Les follicules pileux complètement développés contiennent plusieurs sous-populations distinctes de mélanocytes réparties dans des compartiments différents (illustrés à la figure 1) [11]. Des mélanoblastes amélanotiques mal différenciés ou indifférenciés persistent dans le réservoir supérieur du follicule pileux (renflement du cheveu), la gaine radiculaire externe et la partie proximale de la matrice du bulbe pileux [11]. Des mélanocytes matures sont présents dans l’infundibulum, les glandes sébacées et la partie supérieure de la matrice du bulbe pileux autour et au-dessus de la papille folliculaire dermique [11]. Les mélanocytes matures contiennent des mélanosomes et se sont révélés exprimer des protéines et des enzymes mélogéniques, notamment TYR, TYRP1 et pMel17 [6]. Ce sont les mélanocytes totalement différenciés de la matrice du bulbe pileux qui synthétisent et transfèrent la mélanine aux kératinocytes précorticaux pour la pigmentation de la tige pilaire en croissance [11].

Bien que les mélanocytes folliculaires et épidermiques partagent la même origine embryonnaire, des différences frappantes dans la biologie cellulaire des mélanocytes peuvent être observées entre les deux types de mélanocytes (Tableau 1).
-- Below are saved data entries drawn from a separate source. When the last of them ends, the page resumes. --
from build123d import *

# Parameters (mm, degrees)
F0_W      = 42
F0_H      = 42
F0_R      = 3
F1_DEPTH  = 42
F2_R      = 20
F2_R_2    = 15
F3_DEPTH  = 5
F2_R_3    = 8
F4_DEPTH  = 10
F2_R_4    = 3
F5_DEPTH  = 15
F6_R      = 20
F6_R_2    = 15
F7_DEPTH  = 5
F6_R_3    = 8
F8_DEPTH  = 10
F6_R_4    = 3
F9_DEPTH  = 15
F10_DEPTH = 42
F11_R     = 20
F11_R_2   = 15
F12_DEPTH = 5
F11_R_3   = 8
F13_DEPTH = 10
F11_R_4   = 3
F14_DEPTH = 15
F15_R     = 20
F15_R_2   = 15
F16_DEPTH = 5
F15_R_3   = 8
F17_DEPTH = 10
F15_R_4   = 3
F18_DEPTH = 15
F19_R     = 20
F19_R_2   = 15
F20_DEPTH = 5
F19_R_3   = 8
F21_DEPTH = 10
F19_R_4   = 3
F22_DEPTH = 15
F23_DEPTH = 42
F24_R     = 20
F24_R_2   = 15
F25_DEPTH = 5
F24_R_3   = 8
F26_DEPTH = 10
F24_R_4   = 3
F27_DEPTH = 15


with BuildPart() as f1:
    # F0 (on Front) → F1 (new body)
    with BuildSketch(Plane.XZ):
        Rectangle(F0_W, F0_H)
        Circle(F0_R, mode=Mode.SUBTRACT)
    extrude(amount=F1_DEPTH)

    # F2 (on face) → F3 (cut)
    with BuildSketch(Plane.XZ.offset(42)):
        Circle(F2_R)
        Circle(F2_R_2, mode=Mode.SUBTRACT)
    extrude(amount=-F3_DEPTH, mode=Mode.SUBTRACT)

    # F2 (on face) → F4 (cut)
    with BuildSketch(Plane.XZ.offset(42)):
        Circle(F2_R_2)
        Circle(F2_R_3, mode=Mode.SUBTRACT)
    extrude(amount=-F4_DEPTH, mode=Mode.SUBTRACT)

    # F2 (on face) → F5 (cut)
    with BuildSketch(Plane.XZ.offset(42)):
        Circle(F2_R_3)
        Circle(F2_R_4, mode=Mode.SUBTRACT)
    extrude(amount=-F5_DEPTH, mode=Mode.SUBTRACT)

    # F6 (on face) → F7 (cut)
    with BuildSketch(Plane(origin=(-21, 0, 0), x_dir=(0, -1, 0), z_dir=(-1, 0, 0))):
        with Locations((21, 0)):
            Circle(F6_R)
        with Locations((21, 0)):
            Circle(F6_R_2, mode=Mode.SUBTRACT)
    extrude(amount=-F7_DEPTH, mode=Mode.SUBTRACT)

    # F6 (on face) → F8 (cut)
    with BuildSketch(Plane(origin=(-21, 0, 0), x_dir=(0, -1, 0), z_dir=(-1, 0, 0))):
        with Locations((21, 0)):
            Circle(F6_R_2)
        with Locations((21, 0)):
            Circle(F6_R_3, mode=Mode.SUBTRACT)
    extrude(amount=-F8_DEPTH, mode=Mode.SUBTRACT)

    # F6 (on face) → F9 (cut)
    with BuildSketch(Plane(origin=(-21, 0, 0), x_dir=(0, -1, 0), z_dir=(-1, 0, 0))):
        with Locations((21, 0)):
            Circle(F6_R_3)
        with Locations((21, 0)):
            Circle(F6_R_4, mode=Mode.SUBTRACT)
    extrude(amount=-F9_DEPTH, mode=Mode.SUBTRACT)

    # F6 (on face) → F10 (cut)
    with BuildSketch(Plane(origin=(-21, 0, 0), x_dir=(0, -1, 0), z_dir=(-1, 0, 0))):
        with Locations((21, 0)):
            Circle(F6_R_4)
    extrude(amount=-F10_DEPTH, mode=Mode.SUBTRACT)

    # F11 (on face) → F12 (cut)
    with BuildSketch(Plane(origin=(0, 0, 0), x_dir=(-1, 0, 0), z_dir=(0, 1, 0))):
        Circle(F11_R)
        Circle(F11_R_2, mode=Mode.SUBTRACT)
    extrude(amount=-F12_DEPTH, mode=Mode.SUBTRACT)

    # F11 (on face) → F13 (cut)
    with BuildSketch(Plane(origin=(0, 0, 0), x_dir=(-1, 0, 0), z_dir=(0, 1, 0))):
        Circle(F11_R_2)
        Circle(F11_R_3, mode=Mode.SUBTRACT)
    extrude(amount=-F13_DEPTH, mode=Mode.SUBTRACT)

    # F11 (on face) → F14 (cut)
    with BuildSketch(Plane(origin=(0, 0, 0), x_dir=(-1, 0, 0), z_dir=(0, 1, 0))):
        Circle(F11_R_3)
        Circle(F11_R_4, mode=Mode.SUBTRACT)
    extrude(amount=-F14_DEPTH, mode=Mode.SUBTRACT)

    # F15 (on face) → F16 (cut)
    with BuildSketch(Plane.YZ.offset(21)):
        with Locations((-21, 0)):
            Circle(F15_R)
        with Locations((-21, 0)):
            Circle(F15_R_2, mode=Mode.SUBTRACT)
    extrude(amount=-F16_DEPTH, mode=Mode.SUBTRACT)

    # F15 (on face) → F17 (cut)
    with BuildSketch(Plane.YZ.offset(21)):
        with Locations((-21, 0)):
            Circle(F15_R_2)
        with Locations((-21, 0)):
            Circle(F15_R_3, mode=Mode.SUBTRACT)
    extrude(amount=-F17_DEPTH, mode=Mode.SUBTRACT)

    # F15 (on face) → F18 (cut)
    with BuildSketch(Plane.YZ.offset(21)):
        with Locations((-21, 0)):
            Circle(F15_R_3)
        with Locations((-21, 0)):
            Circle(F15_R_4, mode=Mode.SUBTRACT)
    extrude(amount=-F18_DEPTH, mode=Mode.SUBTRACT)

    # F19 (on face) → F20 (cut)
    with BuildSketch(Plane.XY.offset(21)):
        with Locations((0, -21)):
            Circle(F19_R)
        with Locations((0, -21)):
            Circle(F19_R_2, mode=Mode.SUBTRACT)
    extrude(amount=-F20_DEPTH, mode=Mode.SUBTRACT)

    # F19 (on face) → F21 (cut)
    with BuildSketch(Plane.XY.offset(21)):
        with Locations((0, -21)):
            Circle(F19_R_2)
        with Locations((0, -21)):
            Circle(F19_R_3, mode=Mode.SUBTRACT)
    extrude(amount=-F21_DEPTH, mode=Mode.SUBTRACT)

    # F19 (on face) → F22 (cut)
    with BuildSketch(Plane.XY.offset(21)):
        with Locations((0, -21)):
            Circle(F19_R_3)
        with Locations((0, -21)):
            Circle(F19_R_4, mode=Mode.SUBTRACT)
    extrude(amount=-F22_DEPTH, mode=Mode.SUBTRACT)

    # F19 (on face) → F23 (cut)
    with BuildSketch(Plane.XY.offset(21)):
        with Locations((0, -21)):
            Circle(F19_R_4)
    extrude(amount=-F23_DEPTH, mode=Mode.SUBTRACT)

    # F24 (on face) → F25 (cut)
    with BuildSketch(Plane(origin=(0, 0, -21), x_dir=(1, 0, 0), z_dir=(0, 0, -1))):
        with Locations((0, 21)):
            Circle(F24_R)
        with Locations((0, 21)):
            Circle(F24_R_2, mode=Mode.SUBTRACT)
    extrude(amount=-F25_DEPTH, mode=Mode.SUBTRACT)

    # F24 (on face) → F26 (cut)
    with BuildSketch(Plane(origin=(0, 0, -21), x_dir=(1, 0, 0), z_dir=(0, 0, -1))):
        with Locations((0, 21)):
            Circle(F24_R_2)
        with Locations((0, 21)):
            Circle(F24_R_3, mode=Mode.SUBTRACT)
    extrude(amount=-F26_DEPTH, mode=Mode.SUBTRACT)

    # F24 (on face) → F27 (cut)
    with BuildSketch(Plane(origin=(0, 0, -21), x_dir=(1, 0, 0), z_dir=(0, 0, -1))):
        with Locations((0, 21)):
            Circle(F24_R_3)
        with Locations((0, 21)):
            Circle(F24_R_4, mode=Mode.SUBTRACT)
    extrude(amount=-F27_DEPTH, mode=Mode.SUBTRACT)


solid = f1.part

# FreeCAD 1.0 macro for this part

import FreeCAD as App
import Part
import Sketcher

V = App.Vector

doc = App.newDocument("Part")
body = doc.addObject("PartDesign::Body", "Body")

sketch1 = doc.addObject("Sketcher::SketchObject", "Sketch")
body.addObject(sketch1)
sketch1.AttachmentSupport = (doc.XZ_Plane, [""])
sketch1.MapMode = "FlatFace"
sketch1.addGeometry([
    Part.LineSegment(V(-21, 21, 0), V(-21, -21, 0)),
    Part.LineSegment(V(-21, -21, 0), V(21, -21, 0)),
    Part.LineSegment(V(21, -21, 0), V(21, 21, 0)),
    Part.LineSegment(V(21, 21, 0), V(-21, 21, 0)),
    Part.Circle(V(0, 0, 0), V(0, 0, 1), 3),
], False)
sketch1.addConstraint([
    Sketcher.Constraint("Coincident", 0, 2, 1, 1),
    Sketcher.Constraint("Coincident", 1, 2, 2, 1),
    Sketcher.Constraint("Coincident", 2, 2, 3, 1),
    Sketcher.Constraint("Coincident", 3, 2, 0, 1),
    Sketcher.Constraint("Vertical", 0),
    Sketcher.Constraint("Horizontal", 1),
    Sketcher.Constraint("Vertical", 2),
    Sketcher.Constraint("Horizontal", 3),
    Sketcher.Constraint("Coincident", 4, 3, -1, 1),
    Sketcher.Constraint("Symmetric", 0, 2, 2, 2, -1, 1),
    Sketcher.Constraint("Equal", 3, 0),
    Sketcher.Constraint("Diameter", 4, 6.0),
    Sketcher.Constraint("DistanceX", 1, 1, 1, 2, 42.0),
])
pad1 = doc.addObject("PartDesign::Pad", "Pad")
body.addObject(pad1)
pad1.Profile = sketch1
pad1.Length = 42

sketch2 = doc.addObject("Sketcher::SketchObject", "Sketch001")
body.addObject(sketch2)
sketch2.AttachmentSupport = (doc.XZ_Plane, [""])
sketch2.MapMode = "FlatFace"
sketch2.AttachmentOffset = App.Placement(V(0, 0, 42), App.Rotation())
sketch2.addGeometry([
    Part.Circle(V(0, 0, 0), V(0, 0, 1), 20),
    Part.Circle(V(0, 0, 0), V(0, 0, 1), 15),
], False)
sketch2.addConstraint([
    Sketcher.Constraint("Coincident", 0, 3, -1, 1),
    Sketcher.Constraint("Coincident", 1, 3, -1, 1),
    Sketcher.Constraint("Diameter", 0, 40.0),
    Sketcher.Constraint("Diameter", 1, 30.0),
])
pocket1 = doc.addObject("PartDesign::Pocket", "Pocket")
body.addObject(pocket1)
pocket1.Profile = sketch2
pocket1.Length = 5

sketch3 = doc.addObject("Sketcher::SketchObject", "Sketch002")
body.addObject(sketch3)
sketch3.AttachmentSupport = (doc.XZ_Plane, [""])
sketch3.MapMode = "FlatFace"
sketch3.AttachmentOffset = App.Placement(V(0, 0, 42), App.Rotation())
sketch3.addGeometry([
    Part.Circle(V(0, 0, 0), V(0, 0, 1), 15),
    Part.Circle(V(0, 0, 0), V(0, 0, 1), 8),
], False)
sketch3.addConstraint([
    Sketcher.Constraint("Coincident", 0, 3, -1, 1),
    Sketcher.Constraint("Coincident", 1, 3, -1, 1),
    Sketcher.Constraint("Diameter", 0, 30.0),
    Sketcher.Constraint("Diameter", 1, 16.0),
])
pocket2 = doc.addObject("PartDesign::Pocket", "Pocket001")
body.addObject(pocket2)
pocket2.Profile = sketch3
pocket2.Length = 10

sketch4 = doc.addObject("Sketcher::SketchObject", "Sketch003")
body.addObject(sketch4)
sketch4.AttachmentSupport = (doc.XZ_Plane, [""])
sketch4.MapMode = "FlatFace"
sketch4.AttachmentOffset = App.Placement(V(0, 0, 42), App.Rotation())
sketch4.addGeometry([
    Part.Circle(V(0, 0, 0), V(0, 0, 1), 8),
    Part.Circle(V(0, 0, 0), V(0, 0, 1), 3),
], False)
sketch4.addConstraint([
    Sketcher.Constraint("Coincident", 0, 3, -1, 1),
    Sketcher.Constraint("Coincident", 1, 3, -1, 1),
    Sketcher.Constraint("Diameter", 0, 16.0),
    Sketcher.Constraint("Diameter", 1, 6.0),
])
pocket3 = doc.addObject("PartDesign::Pocket", "Pocket002")
body.addObject(pocket3)
pocket3.Profile = sketch4
pocket3.Length = 15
Les mélanocytes actifs dans l’unité mélanique folliculaire sont plus gros, plus dendritiques, produisent des mélanosomes plus gros et ont un appareil de Golgi et un réticulum endoplasmique rugueux plus étendus que les mélanocytes épidermiques [11, 12]. Des différences d’expression des protéines mélanogènes ont également été identifiées: TYRP-2 est absent des mélanocytes produisant de la mélanine dans le bulbe pileux, mais est présent dans l’épiderme du cuir chevelu [13].
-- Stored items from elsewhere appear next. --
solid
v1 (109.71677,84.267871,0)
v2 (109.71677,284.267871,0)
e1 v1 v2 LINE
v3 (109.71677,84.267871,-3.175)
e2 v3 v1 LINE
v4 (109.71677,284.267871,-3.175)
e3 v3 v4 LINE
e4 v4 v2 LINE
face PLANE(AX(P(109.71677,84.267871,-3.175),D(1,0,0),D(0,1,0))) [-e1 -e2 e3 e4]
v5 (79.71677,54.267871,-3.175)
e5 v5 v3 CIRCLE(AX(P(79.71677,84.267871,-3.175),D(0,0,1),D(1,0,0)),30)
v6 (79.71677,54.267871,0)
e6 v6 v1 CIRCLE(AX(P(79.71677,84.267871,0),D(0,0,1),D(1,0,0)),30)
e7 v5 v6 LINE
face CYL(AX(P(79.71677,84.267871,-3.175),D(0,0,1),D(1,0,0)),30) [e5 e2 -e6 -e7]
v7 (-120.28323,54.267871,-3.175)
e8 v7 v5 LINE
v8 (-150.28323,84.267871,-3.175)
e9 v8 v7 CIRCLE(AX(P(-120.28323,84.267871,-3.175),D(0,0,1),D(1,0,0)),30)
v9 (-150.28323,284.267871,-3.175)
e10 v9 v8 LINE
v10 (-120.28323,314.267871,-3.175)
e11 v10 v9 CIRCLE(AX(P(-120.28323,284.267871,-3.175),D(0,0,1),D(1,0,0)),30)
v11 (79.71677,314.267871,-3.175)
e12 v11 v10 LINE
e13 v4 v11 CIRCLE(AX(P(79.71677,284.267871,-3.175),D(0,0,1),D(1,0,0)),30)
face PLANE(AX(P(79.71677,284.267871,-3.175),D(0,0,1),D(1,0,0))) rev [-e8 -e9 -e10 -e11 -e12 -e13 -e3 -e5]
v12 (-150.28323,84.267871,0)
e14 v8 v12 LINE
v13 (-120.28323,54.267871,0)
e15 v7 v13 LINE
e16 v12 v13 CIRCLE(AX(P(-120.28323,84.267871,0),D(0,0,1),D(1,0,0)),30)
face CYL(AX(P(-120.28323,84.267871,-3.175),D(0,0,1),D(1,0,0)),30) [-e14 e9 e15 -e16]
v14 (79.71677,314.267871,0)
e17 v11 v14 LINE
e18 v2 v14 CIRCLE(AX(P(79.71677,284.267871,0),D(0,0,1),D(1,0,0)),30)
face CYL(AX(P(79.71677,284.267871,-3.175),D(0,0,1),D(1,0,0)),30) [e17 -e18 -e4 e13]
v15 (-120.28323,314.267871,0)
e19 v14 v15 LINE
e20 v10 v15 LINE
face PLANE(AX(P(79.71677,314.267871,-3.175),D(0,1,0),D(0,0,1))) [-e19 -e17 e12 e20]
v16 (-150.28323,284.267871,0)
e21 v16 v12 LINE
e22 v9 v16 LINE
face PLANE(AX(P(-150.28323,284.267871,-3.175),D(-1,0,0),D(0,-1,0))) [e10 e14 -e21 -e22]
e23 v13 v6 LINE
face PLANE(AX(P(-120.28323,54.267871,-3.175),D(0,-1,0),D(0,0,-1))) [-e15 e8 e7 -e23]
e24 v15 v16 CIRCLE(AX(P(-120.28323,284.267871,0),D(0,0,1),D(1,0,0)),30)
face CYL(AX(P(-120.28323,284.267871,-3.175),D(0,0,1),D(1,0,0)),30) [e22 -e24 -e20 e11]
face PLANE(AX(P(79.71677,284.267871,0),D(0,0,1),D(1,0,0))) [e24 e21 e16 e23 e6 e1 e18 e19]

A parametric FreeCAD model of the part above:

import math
import FreeCAD as App
import Part
import Sketcher
from FreeCAD import Vector
Q = App.Units.Quantity

doc = App.newDocument("Part")
body = doc.addObject("PartDesign::Body", "Body")

sketch1 = body.newObject("Sketcher::SketchObject", "Sketch")
sketch1.AttachmentSupport = (doc.getObject("XY_Plane"), [""])
sketch1.MapMode = "FlatFace"
sketch1.addGeometry(Part.LineSegment(Vector(79.71677, 314.267871, 0), Vector(-120.28323, 314.267871, 0)), False)
sketch1.addGeometry(Part.ArcOfCircle(Part.Circle(Vector(-120.28323, 284.267871, 0), Vector(0, 0, 1), 30), math.radians(90), math.radians(180)), False)
sketch1.addGeometry(Part.LineSegment(Vector(-150.28323, 284.267871, 0), Vector(-150.28323, 84.267871, 0)), False)
sketch1.addGeometry(Part.ArcOfCircle(Part.Circle(Vector(-120.28323, 84.267871, 0), Vector(0, 0, 1), 30), math.radians(-180), math.radians(-90)), False)
sketch1.addGeometry(Part.LineSegment(Vector(-120.28323, 54.267871, 0), Vector(79.71677, 54.267871, 0)), False)
sketch1.addGeometry(Part.ArcOfCircle(Part.Circle(Vector(79.71677, 84.267871, 0), Vector(0, 0, 1), 30), math.radians(-90), math.radians(0)), False)
sketch1.addGeometry(Part.LineSegment(Vector(109.71677, 84.267871, 0), Vector(109.71677, 284.267871, 0)), False)
sketch1.addGeometry(Part.ArcOfCircle(Part.Circle(Vector(79.71677, 284.267871, 0), Vector(0, 0, 1), 30), math.radians(0), math.radians(90)), False)
sketch1.addConstraint(Sketcher.Constraint("Tangent", 0, 2, 1, 1))
sketch1.addConstraint(Sketcher.Constraint("Tangent", 1, 2, 2, 1))
sketch1.addConstraint(Sketcher.Constraint("Tangent", 2, 2, 3, 1))
sketch1.addConstraint(Sketcher.Constraint("Tangent", 3, 2, 4, 1))
sketch1.addConstraint(Sketcher.Constraint("Tangent", 4, 2, 5, 1))
sketch1.addConstraint(Sketcher.Constraint("Tangent", 5, 2, 6, 1))
sketch1.addConstraint(Sketcher.Constraint("Tangent", 6, 2, 7, 1))
sketch1.addConstraint(Sketcher.Constraint("Tangent", 7, 2, 0, 1))
sketch1.addConstraint(Sketcher.Constraint("Horizontal", 0))
sketch1.addConstraint(Sketcher.Constraint("Vertical", 2))
sketch1.addConstraint(Sketcher.Constraint("Horizontal", 4))
sketch1.addConstraint(Sketcher.Constraint("Vertical", 6))
sketch1.addConstraint(Sketcher.Constraint("Equal", 1, 3))
sketch1.addConstraint(Sketcher.Constraint("Equal", 3, 5))
sketch1.addConstraint(Sketcher.Constraint("Equal", 5, 7))
sketch1.addConstraint(Sketcher.Constraint("Equal", 4, 2))
sketch1.addConstraint(Sketcher.Constraint("Radius", 1, Q("30 mm")))
sketch1.addConstraint(Sketcher.Constraint("DistanceX", 0, 2, 0, 1, Q("200 mm")))
sketch1.addConstraint(Sketcher.Constraint("DistanceX", 1, 3, -1, 1, Q("120.28323 mm")))
sketch1.addConstraint(Sketcher.Constraint("DistanceY", -1, 1, 1, 3, Q("284.267871 mm")))
pad1 = body.newObject("PartDesign::Pad", "Pad")
pad1.Profile = sketch1
pad1.Length = 3.175
pad1.Reversed = True

doc.recompute()
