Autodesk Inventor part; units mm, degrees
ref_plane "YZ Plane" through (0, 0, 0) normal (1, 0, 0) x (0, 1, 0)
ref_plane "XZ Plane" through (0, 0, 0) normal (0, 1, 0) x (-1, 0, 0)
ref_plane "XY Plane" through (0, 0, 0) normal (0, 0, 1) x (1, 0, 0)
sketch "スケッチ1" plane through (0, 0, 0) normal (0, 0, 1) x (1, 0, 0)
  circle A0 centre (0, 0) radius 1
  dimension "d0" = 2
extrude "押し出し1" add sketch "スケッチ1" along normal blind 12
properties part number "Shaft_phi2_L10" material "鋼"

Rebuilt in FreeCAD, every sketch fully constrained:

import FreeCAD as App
import Part
import Sketcher
Q = App.Units.Quantity

doc = App.newDocument("Part")
params = doc.addObject("Spreadsheet::Sheet", "Params")
for row, (alias, value) in enumerate([
    ("sketch1_diameter", "2 mm"),
    ("pad1_length", "12 mm"),
], start=1):
    params.set(f"A{row}", alias)
    params.set(f"B{row}", "=" + value)
    params.setAlias(f"B{row}", alias)

body = doc.addObject("PartDesign::Body", "Body")

# Sketch on XY plane
sketch1 = body.newObject("Sketcher::SketchObject", "Sketch")
sketch1.AttachmentSupport = (doc.getObject("XY_Plane"), [""])
sketch1.MapMode = "FlatFace"
sketch1.addGeometry(Part.Circle(App.Vector(0, 0, 0), App.Vector(0, 0, 1), 1), False)
sketch1.addConstraint([
    Sketcher.Constraint("Coincident", 0, 3, -1, 1),
    Sketcher.Constraint("Diameter", 0, Q("2 mm")),
])
sketch1.setExpression("Constraints[1]", "Params.sketch1_diameter")
pad1 = body.newObject("PartDesign::Pad", "Pad")
pad1.Profile = sketch1
pad1.setExpression("Length", "Params.pad1_length")

doc.recompute()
Figure 1: Follicule pileux pigmenté jeune

II. Mélanogénèse et cycle de croissance des cheveux

La différence principale entre la production de pigment dans les mélanocytes épithéliaux et folliculaires est que la mélanogénèse dans les mélanocytes pileux est étroitement liée au cycle de croissance des cheveux, alors que la production de mélanine dans les mélanocytes épidermiques est continue [11, 12].

Le cycle de croissance des cheveux comprend trois phases principales : télogène, anagène et catagène, chaque nouveau cycle nécessitant la reconstruction d’une unité capillaire folliculaire intacte [10]. La dynamique temporelle et spatiale de la prolifération et de la différenciation des différentes sous-populations discrètes de mélanocytes au cours de ce cycle de croissance a été suivie en surveillant l’expression des marqueurs clés des mélanocytes TYR, TYRP1, cKIT et Ki67 (résumés à la Figure 2).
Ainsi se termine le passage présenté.